Une dernière idée impliquerait de réformer le Rajya Sabha, notamment en rétablissant une exigence de domicile pour les membres du Rajya Sabha de vivre dans l'État qu'ils représentent. Plus de réforme pourrait donner à chaque État le même nombre de représentants à la chambre haute, tout comme le Sénat américain. Un rapport de l'Institut Takshashila, un groupe de réflexion, a également proposé, entre autres idées, augmenté la dévolution et les pouvoirs pour les États, réduisant le nombre de programmes parrainés par le centre et divisant l'Uttar Pradesh en plusieurs États.
Le type de chemin que l'Inde emprunte déterminerait également quel type de pays il sera: les choix vont d'un État centralisé de style presque unitaire comme la Chine ou la France à une fédération lâche comme la Suisse à de nombreuses positions intermédiaires.

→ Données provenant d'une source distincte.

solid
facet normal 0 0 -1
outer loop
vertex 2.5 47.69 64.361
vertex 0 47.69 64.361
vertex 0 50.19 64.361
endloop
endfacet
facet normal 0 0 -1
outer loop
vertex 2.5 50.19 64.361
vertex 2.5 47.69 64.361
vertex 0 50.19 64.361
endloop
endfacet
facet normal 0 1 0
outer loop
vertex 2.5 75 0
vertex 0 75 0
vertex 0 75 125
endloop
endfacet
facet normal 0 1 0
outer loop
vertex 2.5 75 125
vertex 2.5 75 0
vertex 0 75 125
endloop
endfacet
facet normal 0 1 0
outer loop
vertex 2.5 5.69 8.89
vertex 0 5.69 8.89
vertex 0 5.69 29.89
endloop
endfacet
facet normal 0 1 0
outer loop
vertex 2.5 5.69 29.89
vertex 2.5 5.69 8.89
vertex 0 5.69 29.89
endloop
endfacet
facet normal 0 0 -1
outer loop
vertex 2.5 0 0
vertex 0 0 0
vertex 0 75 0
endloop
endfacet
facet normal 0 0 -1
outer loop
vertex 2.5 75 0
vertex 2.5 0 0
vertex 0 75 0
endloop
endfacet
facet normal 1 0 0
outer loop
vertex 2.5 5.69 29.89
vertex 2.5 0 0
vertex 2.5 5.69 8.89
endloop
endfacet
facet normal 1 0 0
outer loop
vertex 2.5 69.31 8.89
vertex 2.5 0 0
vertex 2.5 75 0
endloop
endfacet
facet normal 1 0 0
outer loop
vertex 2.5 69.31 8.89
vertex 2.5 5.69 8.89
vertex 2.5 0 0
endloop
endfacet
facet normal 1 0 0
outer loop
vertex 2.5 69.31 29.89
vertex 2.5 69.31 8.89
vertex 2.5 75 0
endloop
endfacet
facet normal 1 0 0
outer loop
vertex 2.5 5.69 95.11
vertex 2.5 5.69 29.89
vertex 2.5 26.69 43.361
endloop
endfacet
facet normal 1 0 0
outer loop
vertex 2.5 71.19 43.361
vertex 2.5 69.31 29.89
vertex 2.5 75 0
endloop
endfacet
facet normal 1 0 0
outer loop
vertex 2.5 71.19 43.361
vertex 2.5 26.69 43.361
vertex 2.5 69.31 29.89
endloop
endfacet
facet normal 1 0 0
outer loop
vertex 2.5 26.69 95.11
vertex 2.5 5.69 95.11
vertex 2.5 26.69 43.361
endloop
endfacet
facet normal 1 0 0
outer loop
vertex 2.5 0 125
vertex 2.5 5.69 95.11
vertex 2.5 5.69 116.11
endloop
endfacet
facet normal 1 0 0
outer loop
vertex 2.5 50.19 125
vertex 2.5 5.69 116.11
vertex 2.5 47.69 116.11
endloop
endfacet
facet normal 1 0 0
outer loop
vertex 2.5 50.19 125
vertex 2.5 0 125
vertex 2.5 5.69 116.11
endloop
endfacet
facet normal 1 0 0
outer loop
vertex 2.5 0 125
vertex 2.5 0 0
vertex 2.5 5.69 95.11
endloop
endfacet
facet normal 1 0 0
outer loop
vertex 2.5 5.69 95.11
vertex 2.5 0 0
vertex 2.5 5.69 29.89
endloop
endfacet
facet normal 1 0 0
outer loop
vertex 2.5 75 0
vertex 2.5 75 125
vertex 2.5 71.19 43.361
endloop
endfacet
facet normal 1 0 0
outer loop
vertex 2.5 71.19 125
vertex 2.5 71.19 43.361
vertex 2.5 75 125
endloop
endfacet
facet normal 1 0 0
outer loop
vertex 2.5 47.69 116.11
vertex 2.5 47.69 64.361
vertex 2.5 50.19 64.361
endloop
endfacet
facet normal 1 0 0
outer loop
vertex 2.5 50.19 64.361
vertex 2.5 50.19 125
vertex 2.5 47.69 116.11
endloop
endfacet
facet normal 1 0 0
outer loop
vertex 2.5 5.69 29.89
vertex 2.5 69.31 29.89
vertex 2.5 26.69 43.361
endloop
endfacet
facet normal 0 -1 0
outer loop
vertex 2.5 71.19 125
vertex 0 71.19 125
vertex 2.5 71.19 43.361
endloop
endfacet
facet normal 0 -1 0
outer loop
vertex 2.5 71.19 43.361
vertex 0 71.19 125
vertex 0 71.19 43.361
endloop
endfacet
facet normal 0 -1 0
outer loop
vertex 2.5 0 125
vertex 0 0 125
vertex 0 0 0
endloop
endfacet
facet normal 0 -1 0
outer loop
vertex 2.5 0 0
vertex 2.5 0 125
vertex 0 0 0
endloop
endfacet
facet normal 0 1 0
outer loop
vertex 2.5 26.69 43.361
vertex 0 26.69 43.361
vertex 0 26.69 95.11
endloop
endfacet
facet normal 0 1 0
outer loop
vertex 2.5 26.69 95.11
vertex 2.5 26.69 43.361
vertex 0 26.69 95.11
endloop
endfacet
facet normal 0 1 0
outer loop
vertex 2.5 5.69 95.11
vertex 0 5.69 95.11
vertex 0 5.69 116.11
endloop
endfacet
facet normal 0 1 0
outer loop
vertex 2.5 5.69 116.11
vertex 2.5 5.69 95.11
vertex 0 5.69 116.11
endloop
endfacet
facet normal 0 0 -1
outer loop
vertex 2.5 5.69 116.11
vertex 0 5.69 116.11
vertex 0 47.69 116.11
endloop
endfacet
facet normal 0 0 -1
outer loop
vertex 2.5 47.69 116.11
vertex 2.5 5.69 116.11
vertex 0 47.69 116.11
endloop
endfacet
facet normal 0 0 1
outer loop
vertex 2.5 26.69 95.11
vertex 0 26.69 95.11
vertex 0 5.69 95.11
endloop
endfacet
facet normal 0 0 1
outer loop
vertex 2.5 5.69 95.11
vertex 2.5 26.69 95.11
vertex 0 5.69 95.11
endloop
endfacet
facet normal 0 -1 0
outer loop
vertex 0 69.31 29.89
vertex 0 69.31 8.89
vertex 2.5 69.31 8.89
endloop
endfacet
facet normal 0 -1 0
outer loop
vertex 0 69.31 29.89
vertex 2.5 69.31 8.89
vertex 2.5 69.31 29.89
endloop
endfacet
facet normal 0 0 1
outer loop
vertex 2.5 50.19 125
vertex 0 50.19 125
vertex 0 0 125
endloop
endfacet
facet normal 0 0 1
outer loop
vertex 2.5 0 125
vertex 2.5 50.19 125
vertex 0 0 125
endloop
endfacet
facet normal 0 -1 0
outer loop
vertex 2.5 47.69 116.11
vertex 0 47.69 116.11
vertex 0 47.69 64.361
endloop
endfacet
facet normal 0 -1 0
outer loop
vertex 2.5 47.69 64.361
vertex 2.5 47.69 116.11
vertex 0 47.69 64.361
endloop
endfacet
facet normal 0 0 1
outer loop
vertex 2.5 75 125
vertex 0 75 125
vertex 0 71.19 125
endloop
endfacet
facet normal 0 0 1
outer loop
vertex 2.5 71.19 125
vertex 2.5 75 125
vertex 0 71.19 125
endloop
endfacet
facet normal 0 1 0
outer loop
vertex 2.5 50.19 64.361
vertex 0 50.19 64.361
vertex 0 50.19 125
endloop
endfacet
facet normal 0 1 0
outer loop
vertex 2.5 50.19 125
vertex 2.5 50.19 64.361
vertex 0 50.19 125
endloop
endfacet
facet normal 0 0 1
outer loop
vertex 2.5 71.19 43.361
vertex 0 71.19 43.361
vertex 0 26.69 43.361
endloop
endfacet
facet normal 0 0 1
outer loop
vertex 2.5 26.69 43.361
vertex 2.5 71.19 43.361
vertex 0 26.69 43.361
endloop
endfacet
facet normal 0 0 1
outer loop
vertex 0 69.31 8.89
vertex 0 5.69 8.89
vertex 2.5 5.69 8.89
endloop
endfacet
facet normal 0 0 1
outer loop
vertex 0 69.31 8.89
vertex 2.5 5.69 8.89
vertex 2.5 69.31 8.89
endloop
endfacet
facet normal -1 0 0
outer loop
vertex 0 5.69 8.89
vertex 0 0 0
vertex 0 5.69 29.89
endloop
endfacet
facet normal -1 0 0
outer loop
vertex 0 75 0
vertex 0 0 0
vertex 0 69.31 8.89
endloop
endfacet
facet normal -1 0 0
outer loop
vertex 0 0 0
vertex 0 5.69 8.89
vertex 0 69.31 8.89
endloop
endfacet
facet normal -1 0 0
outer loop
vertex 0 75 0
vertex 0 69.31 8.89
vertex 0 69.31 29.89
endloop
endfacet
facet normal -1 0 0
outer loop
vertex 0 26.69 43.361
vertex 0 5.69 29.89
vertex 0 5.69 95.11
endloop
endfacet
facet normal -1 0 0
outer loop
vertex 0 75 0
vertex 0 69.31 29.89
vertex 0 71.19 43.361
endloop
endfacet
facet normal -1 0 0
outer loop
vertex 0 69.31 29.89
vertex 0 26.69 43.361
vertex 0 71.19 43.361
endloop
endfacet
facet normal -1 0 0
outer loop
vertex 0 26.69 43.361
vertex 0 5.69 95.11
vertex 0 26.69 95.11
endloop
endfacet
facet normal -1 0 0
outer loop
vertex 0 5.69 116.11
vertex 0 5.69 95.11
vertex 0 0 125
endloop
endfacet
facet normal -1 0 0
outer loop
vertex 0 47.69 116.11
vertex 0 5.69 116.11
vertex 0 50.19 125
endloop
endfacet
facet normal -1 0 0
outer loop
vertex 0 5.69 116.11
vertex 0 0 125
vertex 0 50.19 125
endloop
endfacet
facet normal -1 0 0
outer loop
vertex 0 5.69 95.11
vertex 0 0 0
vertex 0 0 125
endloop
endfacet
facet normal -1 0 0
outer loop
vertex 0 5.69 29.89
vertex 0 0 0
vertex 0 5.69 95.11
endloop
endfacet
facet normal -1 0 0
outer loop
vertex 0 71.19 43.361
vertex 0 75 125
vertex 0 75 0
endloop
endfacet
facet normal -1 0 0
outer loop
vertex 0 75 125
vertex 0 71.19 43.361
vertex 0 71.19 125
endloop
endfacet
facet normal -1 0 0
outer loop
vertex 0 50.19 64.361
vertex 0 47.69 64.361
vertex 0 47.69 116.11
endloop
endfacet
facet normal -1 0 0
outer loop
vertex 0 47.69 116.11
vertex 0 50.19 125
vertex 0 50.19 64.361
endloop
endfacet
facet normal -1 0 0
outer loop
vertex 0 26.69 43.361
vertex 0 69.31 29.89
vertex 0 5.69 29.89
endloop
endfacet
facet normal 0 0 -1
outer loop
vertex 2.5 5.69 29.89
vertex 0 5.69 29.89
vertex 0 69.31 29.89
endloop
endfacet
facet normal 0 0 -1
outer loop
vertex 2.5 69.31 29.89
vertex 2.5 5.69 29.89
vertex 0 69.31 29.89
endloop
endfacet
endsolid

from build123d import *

# Parameters (mm, degrees)
F0_W     = 63.619988
F0_H     = 21
F1_DEPTH = 2.5


with BuildPart() as f1:
    # F0 (on Right) → F1 (new body)
    with BuildSketch(Plane.YZ):
        Polygon((0, 125), (0, 0), (75, 0), (75, 125), (71.19, 125), (71.19, 43.36109), (71.19, 3.81), (3.81, 3.81), (3.81, 121.19), (44.505585, 121.19), (47.69, 121.19), (50.19, 121.19), (50.19, 125), (44.505585, 125), align=None)
        Polygon((71.19, 3.81), (71.19, 43.36109), (26.69, 43.36109), (26.69, 95.11), (5.69, 95.11), (5.69, 116.11), (47.69, 116.11), (47.69, 121.19), (44.505585, 121.19), (3.81, 121.19), (3.81, 3.81), align=None)
        with Locations((37.5, 19.39)):
            Rectangle(F0_W, F0_H, mode=Mode.SUBTRACT)
        Polygon((50.19, 64.36109), (50.19, 121.19), (47.69, 121.19), (47.69, 116.11), (47.69, 64.36109), align=None)
    extrude(amount=F1_DEPTH)


solid = f1.part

La pire chose serait de ne rien faire et de geler le processus de délimitation indéfiniment. Il n'y a que si longtemps que la boîte peut être lancée sur la route sans grave injustice. Et il n'est certainement pas possible de délimiter sur la base du PIB ou d'une base économique ou géopolitique. Mais la pire chose suivante serait d'aller de l'avant avec une délimitation basée sur les chiffres de la population si le résultat est une dissension grave qui pourrait menacer l'unité et le fédéralisme de l'Inde.

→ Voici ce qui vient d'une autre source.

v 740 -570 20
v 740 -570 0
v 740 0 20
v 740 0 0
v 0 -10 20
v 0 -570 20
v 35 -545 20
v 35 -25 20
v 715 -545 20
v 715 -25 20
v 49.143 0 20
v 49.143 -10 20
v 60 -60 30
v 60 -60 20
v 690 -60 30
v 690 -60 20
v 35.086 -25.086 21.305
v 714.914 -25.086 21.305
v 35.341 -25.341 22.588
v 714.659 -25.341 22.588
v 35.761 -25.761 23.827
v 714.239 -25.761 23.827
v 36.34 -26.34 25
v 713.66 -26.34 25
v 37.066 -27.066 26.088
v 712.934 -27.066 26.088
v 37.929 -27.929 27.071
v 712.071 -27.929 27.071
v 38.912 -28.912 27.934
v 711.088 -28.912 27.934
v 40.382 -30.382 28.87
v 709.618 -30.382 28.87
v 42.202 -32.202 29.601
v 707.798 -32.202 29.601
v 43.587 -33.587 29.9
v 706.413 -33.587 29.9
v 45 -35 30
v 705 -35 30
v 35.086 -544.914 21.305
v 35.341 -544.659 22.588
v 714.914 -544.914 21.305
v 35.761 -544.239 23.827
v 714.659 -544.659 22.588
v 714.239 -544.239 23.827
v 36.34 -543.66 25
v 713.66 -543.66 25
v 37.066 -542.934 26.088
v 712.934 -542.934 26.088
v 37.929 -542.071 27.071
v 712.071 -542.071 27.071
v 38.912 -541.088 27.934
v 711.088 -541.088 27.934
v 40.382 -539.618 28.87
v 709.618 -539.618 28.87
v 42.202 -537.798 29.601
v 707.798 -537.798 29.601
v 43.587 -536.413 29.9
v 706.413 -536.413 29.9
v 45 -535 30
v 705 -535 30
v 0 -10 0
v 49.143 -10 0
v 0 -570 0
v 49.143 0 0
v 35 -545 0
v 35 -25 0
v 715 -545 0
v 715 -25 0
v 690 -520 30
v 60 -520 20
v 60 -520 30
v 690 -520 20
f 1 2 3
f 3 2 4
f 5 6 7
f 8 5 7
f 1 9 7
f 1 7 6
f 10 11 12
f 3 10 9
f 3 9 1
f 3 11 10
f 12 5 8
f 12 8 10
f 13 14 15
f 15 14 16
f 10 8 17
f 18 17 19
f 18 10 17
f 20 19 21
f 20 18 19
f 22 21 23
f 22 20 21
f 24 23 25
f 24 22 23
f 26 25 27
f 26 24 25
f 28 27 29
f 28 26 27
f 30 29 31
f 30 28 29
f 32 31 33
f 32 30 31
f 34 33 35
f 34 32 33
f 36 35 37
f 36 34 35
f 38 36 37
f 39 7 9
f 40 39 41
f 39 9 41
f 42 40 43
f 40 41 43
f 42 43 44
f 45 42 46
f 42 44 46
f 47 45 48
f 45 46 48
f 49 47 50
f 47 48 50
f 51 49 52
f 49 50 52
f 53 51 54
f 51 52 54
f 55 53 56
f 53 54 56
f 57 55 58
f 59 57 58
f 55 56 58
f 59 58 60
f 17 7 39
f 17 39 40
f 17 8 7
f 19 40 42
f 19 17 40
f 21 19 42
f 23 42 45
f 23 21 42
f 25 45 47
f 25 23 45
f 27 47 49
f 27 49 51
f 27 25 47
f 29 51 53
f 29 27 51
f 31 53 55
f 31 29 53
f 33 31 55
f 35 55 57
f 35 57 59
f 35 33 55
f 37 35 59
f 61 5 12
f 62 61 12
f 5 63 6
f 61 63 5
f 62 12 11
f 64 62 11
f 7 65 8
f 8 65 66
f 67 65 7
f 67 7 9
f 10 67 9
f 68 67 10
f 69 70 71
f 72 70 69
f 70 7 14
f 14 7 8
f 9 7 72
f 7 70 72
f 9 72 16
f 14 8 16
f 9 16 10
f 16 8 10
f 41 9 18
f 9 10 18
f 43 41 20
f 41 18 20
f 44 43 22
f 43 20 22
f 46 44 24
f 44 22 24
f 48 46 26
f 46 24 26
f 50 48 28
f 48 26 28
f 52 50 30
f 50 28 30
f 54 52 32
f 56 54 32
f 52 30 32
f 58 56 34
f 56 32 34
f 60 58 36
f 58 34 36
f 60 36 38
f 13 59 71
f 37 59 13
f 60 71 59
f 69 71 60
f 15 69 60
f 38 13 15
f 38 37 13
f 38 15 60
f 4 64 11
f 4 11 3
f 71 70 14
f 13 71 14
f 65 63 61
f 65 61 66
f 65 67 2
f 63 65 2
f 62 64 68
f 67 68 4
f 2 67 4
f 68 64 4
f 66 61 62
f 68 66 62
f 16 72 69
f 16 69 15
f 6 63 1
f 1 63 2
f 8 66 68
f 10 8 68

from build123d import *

# Parameters (mm, degrees)
ESBO_O2_W                = 740
ESBO_O2_H                = 570
ESBO_O2_W_2              = 680
ESBO_O2_H_2              = 520
RESSALTO_EXTRUS_O1_DEPTH = 20
ESBO_O3_W                = 680
ESBO_O3_H                = 520
ESBO_O3_W_2              = 630
ESBO_O3_H_2              = 460
RESSALTO_EXTRUS_O2_DEPTH = 10
FILETE1_R                = 10
ESBO_O4_W                = 49.143238
ESBO_O4_H                = 10
CORTE_EXTRUS_O1_DEPTH    = 20


with BuildPart() as part:
    # Esboço2 → Ressalto-extrusão1 (new body)
    with BuildSketch(Plane.XY):
        with Locations((370, -285)):
            Rectangle(ESBO_O2_W, ESBO_O2_H)
        with Locations((375, -285)):
            Rectangle(ESBO_O2_W_2, ESBO_O2_H_2, mode=Mode.SUBTRACT)
    extrude(amount=RESSALTO_EXTRUS_O1_DEPTH)

    # Esboço4 → Corte-extrusão1 (cut)
    with BuildSketch(Plane.XY.offset(20)):
        with Locations((24.571619, -5)):
            Rectangle(ESBO_O4_W, ESBO_O4_H)
    extrude(amount=-CORTE_EXTRUS_O1_DEPTH, mode=Mode.SUBTRACT)


with BuildPart() as body_2:
    # Esboço3 → Ressalto-extrusão2 (new body)
    with BuildSketch(Plane.XY.offset(20)):
        with Locations((375, -285)):
            Rectangle(ESBO_O3_W, ESBO_O3_H)
        with Locations((375, -290)):
            Rectangle(ESBO_O3_W_2, ESBO_O3_H_2, mode=Mode.SUBTRACT)
    extrude(amount=RESSALTO_EXTRUS_O2_DEPTH)

    # Filete1
    filete1_edges = [body_2.edges().sort_by_distance(p)[0] for p in [
        (715, -285, 30),
        (375, -25, 30),
        (35, -285, 30),
        (375, -545, 30),
    ]]
    fillet(filete1_edges, radius=FILETE1_R - 0.0001)  # a hair under: the kernel refuses the full size


solid = Compound([part.part, body_2.part])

Par conséquent, l'Inde devrait mettre en œuvre une sorte de compromis qui traite de manière approfondie de la question de la délimitation à long terme. La gouvernance à travers l'Inde s'améliorerait positivement avec plus de gouvernance locale, y compris plus de dévolution et plus d'États avec moins de personnes. Non seulement l'Uttar Pradesh, mais de nombreux autres États, notamment le Bihar, le Maharashtra et le Tamil Nadu, devraient être divisés en unités plus petites de peut-être 30 millions d'individus chacun pour une meilleure gouvernance. Cela réduirait également les disparités parmi les représentations de chaque État.
Le Lok Sabha, étant littéralement la maison du peuple, devrait conserver une représentation proportionnelle, afin de préserver l'idée d'une personne, un vote, mais la taille de la Chambre pourrait être élargie, de sorte que chaque parlementaire représenterait moins de personnes, permettant un lien plus étroit avec le citoyen. En plus de cela, le Rajya Sabha, qui signifie littéralement l'assemblée des États, pourrait en effet être reconstitué pour être similaire au Sénat américain, chaque État ayant un nombre égal de sièges.
Tout cela nécessiterait un certain nombre de réformes sur lesquelles les partis de l'Inde devraient coordonner étroitement – à toute once. Pourtant, si l'Inde implémente même certaines de ces idées, cela rendrait le processus de délimitation – nécessaire à une démocratie représentative – beaucoup plus facile.